7De noordgrens van de stam van Manasse liep in zuidelijke richting van Aser naar Michmethath dat ten oosten van Sichem ligt. Verder naar het zuiden bereikte de grens de bron van Tappuah. 8Het land van Tappuah behoorde toe aan Manasse, maar de stad Tappuah, op de grens van Manasses land, maakte deel uit van het gebied van Efraïm. 9Vanaf de bron van Tappuah volgde de grens van Manasse de noordelijke oever van de rivier Kana naar de Middellandse Zee. Verscheidene steden ten zuiden van de rivier behoorden aan Efraïm toe, ook al lagen zij in het gebied van Manasse. 10Het land ten zuiden van de Kana, dat zich naar het westen uitstrekte tot aan de Middellandse Zeekust, was aan Efraïm toegewezen en het land ten noorden van de rivier en ten oosten van de kust ging naar Manasse. Manasses noordgrens was het gebied van Aser en de oostgrens was het gebied van Issachar.

11De halve stam van Manasse kreeg ook nog enkele steden in de gebieden die aan Issachar en Aser waren toegewezen.
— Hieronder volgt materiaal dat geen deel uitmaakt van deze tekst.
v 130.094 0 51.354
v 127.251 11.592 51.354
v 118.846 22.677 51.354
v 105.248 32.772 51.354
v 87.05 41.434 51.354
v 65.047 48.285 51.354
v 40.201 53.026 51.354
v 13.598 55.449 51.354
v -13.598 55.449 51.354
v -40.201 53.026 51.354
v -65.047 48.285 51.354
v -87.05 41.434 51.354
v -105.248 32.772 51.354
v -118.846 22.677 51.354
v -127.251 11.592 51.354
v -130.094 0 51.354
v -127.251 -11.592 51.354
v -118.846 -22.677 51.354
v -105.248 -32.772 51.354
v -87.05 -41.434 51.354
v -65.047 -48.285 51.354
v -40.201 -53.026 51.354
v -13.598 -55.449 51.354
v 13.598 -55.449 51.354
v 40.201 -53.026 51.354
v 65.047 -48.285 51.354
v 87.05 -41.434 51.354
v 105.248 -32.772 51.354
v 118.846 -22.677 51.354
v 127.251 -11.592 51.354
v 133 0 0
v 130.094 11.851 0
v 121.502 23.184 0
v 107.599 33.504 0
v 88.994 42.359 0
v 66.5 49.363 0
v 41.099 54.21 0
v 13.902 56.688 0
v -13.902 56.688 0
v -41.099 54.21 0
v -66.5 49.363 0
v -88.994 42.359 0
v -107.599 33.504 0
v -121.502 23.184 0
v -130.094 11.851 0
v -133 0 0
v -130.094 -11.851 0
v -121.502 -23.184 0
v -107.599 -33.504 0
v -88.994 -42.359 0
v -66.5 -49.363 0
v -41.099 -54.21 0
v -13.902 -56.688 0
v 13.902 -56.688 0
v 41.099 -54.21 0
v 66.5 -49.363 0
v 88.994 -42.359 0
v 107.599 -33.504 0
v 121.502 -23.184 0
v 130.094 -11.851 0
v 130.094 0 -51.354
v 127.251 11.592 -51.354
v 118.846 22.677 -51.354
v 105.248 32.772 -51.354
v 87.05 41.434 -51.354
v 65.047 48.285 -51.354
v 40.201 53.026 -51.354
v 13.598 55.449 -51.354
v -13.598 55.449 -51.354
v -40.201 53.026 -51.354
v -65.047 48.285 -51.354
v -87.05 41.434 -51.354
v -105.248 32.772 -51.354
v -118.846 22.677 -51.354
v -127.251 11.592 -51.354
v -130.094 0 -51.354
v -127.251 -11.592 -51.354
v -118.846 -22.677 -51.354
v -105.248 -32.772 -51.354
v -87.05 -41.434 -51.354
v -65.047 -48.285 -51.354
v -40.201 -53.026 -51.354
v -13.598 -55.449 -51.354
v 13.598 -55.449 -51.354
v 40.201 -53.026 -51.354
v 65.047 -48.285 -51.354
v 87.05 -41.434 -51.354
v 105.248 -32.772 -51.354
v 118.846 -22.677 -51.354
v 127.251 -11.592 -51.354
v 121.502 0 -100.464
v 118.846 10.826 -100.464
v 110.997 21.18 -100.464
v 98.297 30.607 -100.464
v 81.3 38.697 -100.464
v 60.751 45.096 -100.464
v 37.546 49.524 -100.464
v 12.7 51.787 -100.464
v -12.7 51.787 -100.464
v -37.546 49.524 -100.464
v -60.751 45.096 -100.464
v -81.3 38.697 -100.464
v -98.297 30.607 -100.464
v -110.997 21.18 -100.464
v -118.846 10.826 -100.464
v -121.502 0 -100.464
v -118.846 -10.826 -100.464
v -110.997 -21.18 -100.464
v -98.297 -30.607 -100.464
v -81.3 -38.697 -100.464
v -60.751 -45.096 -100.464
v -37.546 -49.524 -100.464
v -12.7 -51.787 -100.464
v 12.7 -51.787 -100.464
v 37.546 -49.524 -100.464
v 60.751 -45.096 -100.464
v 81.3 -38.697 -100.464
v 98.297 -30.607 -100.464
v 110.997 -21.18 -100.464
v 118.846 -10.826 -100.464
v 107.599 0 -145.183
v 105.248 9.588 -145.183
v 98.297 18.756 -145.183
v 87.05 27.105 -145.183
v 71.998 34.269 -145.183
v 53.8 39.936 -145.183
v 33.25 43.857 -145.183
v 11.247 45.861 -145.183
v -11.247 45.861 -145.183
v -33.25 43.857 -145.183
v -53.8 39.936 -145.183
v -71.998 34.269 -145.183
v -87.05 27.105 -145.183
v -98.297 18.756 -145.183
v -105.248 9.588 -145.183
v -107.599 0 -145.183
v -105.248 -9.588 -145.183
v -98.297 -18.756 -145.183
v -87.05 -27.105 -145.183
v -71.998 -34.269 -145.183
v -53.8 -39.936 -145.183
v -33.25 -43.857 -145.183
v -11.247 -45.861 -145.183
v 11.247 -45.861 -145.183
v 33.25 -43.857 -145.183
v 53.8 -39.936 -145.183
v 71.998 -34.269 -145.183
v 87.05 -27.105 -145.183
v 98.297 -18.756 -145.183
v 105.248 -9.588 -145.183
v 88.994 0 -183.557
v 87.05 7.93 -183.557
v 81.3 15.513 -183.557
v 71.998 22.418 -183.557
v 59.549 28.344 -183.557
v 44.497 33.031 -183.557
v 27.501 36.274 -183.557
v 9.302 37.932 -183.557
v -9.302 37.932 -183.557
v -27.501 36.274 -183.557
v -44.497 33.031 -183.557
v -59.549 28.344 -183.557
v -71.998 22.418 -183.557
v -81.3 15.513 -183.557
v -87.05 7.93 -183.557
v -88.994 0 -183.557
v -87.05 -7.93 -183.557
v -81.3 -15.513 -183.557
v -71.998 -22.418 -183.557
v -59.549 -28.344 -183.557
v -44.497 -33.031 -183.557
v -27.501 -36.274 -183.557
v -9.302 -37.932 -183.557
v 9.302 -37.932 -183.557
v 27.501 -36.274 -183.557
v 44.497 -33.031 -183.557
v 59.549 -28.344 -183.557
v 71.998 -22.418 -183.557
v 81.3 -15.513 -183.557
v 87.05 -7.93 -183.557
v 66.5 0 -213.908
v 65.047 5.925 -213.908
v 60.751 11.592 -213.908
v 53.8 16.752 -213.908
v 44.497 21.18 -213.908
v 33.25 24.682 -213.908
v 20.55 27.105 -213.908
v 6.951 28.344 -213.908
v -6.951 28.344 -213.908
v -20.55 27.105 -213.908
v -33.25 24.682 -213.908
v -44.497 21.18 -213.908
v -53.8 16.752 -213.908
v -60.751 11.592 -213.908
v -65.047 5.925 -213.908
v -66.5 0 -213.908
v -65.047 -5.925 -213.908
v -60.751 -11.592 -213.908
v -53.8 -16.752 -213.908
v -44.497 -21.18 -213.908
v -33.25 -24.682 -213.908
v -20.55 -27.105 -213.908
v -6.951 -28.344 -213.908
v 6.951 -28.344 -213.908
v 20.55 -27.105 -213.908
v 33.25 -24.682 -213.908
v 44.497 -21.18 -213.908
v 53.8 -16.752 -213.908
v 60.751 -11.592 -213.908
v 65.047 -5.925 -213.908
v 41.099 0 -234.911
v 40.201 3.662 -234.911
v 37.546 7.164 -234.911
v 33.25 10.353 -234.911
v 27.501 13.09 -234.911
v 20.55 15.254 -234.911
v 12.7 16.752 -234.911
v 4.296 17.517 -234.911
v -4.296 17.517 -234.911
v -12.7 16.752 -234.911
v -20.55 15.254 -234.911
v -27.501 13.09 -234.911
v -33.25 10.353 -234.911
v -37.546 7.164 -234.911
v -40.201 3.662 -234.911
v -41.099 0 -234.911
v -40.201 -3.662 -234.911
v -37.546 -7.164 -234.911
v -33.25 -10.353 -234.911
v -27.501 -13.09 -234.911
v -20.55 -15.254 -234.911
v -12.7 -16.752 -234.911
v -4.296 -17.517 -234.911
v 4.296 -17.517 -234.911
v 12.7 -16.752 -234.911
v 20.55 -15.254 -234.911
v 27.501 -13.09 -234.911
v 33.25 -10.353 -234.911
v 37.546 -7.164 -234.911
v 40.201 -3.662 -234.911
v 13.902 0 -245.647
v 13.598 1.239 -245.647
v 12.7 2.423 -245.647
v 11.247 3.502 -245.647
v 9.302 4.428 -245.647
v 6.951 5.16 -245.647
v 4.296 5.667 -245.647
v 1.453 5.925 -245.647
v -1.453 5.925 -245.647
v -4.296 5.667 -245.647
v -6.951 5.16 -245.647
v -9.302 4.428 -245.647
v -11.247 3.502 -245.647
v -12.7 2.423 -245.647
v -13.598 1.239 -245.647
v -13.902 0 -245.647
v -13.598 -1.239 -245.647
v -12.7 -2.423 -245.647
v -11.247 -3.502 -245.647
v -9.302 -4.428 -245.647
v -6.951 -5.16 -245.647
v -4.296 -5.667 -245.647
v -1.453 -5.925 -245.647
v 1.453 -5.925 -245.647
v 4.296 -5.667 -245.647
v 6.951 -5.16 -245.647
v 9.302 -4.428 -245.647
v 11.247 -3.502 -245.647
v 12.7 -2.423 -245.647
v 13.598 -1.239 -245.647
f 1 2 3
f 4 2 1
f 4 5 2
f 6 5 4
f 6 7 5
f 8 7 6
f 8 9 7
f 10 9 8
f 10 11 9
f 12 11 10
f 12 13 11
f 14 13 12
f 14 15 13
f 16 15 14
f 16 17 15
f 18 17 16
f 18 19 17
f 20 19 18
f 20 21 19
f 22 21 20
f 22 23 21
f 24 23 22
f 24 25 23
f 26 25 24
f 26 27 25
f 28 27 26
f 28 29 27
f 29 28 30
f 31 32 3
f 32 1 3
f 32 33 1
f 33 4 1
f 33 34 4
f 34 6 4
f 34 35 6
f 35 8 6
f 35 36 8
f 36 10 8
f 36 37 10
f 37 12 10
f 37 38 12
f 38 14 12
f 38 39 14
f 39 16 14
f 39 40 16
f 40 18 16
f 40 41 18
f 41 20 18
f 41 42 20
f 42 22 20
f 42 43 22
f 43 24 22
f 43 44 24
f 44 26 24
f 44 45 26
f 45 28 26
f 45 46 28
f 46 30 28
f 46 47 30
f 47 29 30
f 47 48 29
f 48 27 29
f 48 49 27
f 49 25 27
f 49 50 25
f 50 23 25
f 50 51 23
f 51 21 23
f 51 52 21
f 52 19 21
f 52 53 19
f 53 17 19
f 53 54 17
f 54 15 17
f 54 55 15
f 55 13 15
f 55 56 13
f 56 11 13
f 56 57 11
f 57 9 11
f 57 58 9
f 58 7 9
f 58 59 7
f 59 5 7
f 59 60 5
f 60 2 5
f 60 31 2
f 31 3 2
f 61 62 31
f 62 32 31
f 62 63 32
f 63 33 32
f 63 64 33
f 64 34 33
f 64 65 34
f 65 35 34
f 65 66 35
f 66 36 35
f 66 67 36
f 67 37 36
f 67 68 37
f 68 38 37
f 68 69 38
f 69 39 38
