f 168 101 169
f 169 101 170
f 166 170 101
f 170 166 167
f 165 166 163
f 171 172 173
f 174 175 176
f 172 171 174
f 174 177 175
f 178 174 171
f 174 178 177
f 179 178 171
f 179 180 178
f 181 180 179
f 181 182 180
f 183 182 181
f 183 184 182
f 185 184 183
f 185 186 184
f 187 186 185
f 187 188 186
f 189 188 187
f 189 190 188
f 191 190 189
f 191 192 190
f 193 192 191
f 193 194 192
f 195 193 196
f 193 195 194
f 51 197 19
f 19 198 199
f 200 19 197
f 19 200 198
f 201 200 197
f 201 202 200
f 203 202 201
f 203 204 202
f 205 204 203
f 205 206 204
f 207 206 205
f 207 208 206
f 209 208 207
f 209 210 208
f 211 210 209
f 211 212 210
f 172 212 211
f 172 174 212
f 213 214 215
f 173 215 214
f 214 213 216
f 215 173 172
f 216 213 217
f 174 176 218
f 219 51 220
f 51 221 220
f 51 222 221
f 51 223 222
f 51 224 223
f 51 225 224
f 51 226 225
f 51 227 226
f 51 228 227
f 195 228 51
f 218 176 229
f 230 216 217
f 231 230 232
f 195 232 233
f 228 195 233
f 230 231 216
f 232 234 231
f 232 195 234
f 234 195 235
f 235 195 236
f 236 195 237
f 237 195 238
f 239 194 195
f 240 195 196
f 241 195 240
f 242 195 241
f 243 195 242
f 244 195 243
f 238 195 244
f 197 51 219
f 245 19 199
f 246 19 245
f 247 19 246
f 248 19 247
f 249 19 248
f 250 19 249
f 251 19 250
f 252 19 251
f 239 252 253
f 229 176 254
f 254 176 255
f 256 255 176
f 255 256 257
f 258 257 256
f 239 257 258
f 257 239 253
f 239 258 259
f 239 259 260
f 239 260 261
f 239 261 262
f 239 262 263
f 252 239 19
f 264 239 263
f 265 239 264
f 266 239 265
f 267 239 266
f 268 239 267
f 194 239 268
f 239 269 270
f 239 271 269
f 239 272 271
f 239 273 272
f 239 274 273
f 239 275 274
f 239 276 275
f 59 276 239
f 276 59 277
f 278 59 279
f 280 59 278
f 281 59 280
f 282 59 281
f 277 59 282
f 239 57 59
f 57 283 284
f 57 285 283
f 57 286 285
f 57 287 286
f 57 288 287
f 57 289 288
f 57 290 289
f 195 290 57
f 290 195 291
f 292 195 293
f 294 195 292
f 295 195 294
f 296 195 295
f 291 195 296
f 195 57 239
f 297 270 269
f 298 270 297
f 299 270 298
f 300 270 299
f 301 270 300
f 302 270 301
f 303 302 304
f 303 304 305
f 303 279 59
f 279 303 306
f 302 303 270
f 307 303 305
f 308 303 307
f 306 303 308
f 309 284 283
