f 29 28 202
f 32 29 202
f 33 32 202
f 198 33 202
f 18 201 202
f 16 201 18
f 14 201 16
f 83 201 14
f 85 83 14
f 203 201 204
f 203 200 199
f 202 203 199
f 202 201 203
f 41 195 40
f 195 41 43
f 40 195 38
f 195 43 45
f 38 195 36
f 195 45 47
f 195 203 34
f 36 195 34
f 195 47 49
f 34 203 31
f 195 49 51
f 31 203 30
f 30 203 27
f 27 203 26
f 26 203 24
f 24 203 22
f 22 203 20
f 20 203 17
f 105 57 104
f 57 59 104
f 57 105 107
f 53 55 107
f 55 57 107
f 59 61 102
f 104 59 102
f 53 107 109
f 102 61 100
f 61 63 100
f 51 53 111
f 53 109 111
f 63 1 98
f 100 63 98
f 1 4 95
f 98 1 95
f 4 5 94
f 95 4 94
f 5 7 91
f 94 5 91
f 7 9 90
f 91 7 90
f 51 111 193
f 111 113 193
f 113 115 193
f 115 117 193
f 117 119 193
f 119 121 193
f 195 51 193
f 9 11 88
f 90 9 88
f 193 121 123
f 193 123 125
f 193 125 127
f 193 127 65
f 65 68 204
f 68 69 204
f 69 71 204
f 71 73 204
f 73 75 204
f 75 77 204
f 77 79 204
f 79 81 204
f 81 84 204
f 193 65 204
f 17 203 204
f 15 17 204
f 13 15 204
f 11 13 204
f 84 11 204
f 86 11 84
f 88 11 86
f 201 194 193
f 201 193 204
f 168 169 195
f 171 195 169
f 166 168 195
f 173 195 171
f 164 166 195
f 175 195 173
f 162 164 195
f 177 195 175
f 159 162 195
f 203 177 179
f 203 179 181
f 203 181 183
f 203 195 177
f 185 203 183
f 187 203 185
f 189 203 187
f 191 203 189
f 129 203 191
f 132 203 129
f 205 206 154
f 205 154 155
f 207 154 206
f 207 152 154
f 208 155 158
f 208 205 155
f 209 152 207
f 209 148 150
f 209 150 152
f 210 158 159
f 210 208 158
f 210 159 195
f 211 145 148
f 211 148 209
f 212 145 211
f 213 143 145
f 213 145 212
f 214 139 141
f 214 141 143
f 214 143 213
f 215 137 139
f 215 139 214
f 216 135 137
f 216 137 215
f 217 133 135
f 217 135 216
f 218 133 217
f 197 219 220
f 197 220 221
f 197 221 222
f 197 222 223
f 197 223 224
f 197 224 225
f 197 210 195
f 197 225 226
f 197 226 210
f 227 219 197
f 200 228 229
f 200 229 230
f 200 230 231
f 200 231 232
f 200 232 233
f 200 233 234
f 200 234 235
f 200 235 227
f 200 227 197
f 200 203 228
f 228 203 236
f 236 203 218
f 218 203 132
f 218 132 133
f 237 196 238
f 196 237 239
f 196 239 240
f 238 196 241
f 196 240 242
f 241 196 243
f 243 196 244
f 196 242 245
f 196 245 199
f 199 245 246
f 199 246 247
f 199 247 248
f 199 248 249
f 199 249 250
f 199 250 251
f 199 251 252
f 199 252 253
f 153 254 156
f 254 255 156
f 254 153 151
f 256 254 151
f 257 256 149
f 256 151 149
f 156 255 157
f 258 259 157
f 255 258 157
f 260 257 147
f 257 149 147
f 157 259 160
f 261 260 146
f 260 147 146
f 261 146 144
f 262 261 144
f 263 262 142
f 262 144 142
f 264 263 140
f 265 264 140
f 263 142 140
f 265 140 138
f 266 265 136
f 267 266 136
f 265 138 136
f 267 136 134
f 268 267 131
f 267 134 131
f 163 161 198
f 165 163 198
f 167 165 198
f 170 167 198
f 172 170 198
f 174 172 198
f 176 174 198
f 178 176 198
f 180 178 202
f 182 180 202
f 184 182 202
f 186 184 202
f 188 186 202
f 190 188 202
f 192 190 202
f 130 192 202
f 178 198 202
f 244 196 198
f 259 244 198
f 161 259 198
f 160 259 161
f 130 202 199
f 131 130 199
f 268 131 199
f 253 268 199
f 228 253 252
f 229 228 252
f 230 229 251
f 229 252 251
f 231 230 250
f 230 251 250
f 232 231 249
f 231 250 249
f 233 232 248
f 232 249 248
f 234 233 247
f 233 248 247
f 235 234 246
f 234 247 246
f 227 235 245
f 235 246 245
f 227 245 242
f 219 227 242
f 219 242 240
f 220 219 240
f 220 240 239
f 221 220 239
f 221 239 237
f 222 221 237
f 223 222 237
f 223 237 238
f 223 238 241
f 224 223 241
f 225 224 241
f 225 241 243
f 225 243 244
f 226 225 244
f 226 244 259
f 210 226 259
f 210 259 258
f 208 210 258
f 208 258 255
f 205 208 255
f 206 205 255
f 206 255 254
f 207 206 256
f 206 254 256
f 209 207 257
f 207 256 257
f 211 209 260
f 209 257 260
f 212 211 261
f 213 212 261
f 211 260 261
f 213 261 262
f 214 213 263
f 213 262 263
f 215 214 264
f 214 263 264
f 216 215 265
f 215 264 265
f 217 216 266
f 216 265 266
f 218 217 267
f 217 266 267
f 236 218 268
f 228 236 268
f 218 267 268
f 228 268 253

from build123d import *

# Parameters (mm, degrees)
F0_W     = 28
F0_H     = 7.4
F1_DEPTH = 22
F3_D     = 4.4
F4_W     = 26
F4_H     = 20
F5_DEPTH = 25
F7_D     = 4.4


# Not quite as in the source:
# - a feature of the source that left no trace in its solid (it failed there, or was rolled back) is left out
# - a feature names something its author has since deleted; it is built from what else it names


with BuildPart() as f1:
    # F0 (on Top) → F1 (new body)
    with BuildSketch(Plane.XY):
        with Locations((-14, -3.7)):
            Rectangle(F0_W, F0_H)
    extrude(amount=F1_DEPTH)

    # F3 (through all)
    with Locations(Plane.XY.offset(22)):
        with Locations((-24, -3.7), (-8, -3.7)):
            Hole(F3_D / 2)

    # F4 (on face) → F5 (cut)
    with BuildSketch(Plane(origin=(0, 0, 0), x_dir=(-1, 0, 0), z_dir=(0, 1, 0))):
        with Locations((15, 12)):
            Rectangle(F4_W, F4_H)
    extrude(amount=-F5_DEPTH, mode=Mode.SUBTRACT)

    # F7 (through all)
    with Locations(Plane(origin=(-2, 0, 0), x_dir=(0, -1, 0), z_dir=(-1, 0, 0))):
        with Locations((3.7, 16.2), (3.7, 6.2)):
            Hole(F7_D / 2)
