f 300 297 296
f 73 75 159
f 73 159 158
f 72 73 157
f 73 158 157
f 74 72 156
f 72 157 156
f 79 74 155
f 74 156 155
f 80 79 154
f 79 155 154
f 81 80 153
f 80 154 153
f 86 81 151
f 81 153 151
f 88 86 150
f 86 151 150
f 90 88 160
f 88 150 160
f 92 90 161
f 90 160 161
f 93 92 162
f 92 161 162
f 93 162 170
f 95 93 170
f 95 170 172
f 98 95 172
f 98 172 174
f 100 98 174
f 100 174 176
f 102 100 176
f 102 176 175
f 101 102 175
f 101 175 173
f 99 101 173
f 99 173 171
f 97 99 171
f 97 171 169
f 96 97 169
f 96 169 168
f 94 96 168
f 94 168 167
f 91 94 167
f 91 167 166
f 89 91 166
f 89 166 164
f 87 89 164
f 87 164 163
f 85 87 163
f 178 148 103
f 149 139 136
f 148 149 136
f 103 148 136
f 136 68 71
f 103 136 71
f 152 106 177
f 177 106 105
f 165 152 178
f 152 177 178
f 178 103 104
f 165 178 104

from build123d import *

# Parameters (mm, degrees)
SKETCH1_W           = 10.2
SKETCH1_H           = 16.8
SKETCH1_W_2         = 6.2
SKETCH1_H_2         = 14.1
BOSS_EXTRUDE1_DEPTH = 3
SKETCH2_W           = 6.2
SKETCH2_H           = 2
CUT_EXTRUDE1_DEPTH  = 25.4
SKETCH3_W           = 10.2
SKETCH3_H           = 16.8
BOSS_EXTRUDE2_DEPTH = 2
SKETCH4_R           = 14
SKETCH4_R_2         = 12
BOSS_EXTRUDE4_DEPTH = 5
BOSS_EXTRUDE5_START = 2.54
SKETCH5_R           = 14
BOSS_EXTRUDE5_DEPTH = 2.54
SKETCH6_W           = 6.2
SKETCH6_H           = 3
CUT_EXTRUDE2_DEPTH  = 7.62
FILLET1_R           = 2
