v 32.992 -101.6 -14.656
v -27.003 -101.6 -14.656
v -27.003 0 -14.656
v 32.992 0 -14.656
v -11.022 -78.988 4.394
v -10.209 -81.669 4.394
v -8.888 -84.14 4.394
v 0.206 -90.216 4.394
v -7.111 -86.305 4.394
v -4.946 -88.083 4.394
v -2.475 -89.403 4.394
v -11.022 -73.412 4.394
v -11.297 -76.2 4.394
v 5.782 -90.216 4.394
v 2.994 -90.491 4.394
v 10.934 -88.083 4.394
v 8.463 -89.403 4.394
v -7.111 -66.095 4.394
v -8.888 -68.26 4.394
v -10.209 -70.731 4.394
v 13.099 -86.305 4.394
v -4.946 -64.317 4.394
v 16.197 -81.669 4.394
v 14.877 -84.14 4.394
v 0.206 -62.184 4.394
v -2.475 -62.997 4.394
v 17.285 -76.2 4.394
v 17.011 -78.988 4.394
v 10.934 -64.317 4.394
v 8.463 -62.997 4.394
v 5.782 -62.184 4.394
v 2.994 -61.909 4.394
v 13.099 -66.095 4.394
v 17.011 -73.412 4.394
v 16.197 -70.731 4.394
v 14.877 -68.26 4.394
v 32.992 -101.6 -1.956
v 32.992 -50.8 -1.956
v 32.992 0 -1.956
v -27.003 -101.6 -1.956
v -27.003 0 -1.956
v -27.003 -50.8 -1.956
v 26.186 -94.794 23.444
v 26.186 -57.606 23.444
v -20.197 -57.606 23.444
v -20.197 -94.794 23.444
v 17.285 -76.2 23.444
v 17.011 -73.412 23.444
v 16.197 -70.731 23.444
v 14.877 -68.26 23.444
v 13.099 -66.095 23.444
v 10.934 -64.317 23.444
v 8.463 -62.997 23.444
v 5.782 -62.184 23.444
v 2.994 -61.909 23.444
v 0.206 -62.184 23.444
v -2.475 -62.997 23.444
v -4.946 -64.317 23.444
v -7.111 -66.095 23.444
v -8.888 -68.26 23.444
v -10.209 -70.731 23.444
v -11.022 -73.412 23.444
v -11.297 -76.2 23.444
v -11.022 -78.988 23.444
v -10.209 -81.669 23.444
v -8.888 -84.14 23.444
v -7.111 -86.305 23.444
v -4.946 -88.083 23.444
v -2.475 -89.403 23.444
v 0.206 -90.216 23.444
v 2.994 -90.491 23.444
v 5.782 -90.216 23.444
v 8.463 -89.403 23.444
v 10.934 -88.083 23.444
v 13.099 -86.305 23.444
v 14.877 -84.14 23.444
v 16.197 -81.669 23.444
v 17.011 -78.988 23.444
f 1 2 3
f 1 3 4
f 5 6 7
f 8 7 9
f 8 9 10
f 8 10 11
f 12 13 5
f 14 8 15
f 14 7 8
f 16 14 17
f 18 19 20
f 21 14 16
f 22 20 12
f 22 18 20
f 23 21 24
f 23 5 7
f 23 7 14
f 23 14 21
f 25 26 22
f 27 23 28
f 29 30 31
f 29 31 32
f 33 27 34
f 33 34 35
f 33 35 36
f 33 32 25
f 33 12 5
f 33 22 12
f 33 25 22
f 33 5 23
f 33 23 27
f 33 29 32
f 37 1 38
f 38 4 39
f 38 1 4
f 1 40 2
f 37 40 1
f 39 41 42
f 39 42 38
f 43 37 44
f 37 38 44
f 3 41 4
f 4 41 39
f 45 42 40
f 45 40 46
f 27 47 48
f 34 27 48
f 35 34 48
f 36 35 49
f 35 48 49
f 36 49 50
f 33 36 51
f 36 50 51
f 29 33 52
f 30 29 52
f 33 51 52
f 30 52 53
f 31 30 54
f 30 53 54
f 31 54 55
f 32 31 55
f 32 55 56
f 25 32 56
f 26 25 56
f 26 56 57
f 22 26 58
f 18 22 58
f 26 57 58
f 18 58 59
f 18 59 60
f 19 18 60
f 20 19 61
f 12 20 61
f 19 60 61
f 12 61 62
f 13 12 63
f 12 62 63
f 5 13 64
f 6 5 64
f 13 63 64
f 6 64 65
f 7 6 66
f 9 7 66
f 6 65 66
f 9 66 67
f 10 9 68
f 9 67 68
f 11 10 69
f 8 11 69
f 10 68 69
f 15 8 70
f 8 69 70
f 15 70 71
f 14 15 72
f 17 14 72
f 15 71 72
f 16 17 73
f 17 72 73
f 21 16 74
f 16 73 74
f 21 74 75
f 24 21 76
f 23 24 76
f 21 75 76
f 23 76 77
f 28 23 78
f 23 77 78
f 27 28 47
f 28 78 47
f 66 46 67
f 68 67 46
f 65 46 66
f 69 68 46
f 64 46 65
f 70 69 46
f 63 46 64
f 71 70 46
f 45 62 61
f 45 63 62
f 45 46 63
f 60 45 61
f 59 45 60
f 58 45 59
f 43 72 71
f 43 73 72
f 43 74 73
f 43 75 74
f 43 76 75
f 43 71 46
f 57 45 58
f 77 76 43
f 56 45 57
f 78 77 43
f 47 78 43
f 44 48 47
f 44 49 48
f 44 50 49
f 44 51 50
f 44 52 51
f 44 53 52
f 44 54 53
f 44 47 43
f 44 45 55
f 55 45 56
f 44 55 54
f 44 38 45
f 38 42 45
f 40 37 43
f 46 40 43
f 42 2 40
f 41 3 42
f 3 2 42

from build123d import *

# Parameters (mm, degrees)
F0_W     = 59.9948
F0_H     = 12.7
F1_DEPTH = 101.6
F2_W     = 59.9948
F2_H     = 50.8
F3_DEPTH = 25.4
F3_TAPER = 15
F4_R     = 14.2909740927
F5_DEPTH = 19.05


with BuildPart() as f1:
    # F0 (on Front) → F1 (new body)
    with BuildSketch(Plane.XZ):
        with Locations((2.9941368848, -8.3058523926)):
            Rectangle(F0_W, F0_H)
    extrude(amount=F1_DEPTH)

    # F2 (on face) → F3 (join)
    with BuildSketch(Plane.XY.offset(-1.9558523926)):
        with Locations((2.9941368848, -76.2)):
            Rectangle(F2_W, F2_H)
    extrude(amount=F3_DEPTH, taper=F3_TAPER)

    # F4 (on face) → F5 (cut)
    with BuildSketch(Plane.XY.offset(23.4441476074)):
        with Locations((2.9941368848, -76.2)):
            Circle(F4_R)
    extrude(amount=-F5_DEPTH, mode=Mode.SUBTRACT)


solid = f1.part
Dat waren: Bet-Sean, Jibleam, Dor, Endor, Taänach, Megiddo met zijn drie heuvels en de dorpen die bij deze steden behoorden. 12Maar omdat de nakomelingen van Manasse er niet in slaagden de inwoners van deze steden te verdrijven, bleven de Kanaänieten er wonen. 13Toen de Israëlieten later echter sterk genoeg waren geworden, dwongen zij de Kanaänieten tot slavenarbeid.

14De twee stammen van Jozef gingen naar Jozua en vroegen: ‘Waarom hebt u ons slechts één stuk land toegewezen, terwijl de Here ons zoʼn grote bevolking heeft gegeven?’ 15‘Als het heuvelgebied van Efraïm niet groot genoeg voor u is,’ antwoordde Jozua, ‘kap dan open plekken in het bos waar de Perizzieten en Refaïeten wonen.’ 16-18‘Dat is goed,’ vonden de stammen van Jozef, ‘want de Kanaänieten in de laagvlakten rond Bet-Sean en de vallei van Jizreël hebben ijzeren strijdwagens en zijn te sterk voor ons.’ ‘Dan krijgen jullie de bossen in het gebergte,’ besloot Jozua, ‘en omdat jullie zoʼn grote en sterke stam vormen, zullen jullie er zeker in slagen daar ruimte te maken om te kunnen leven. Jullie krijgen dan een dubbel deel, want de Kanaänieten zullen zeker uit de dalen worden verdreven, ook al zijn zij sterk en hebben zij ijzeren strijdwagens.’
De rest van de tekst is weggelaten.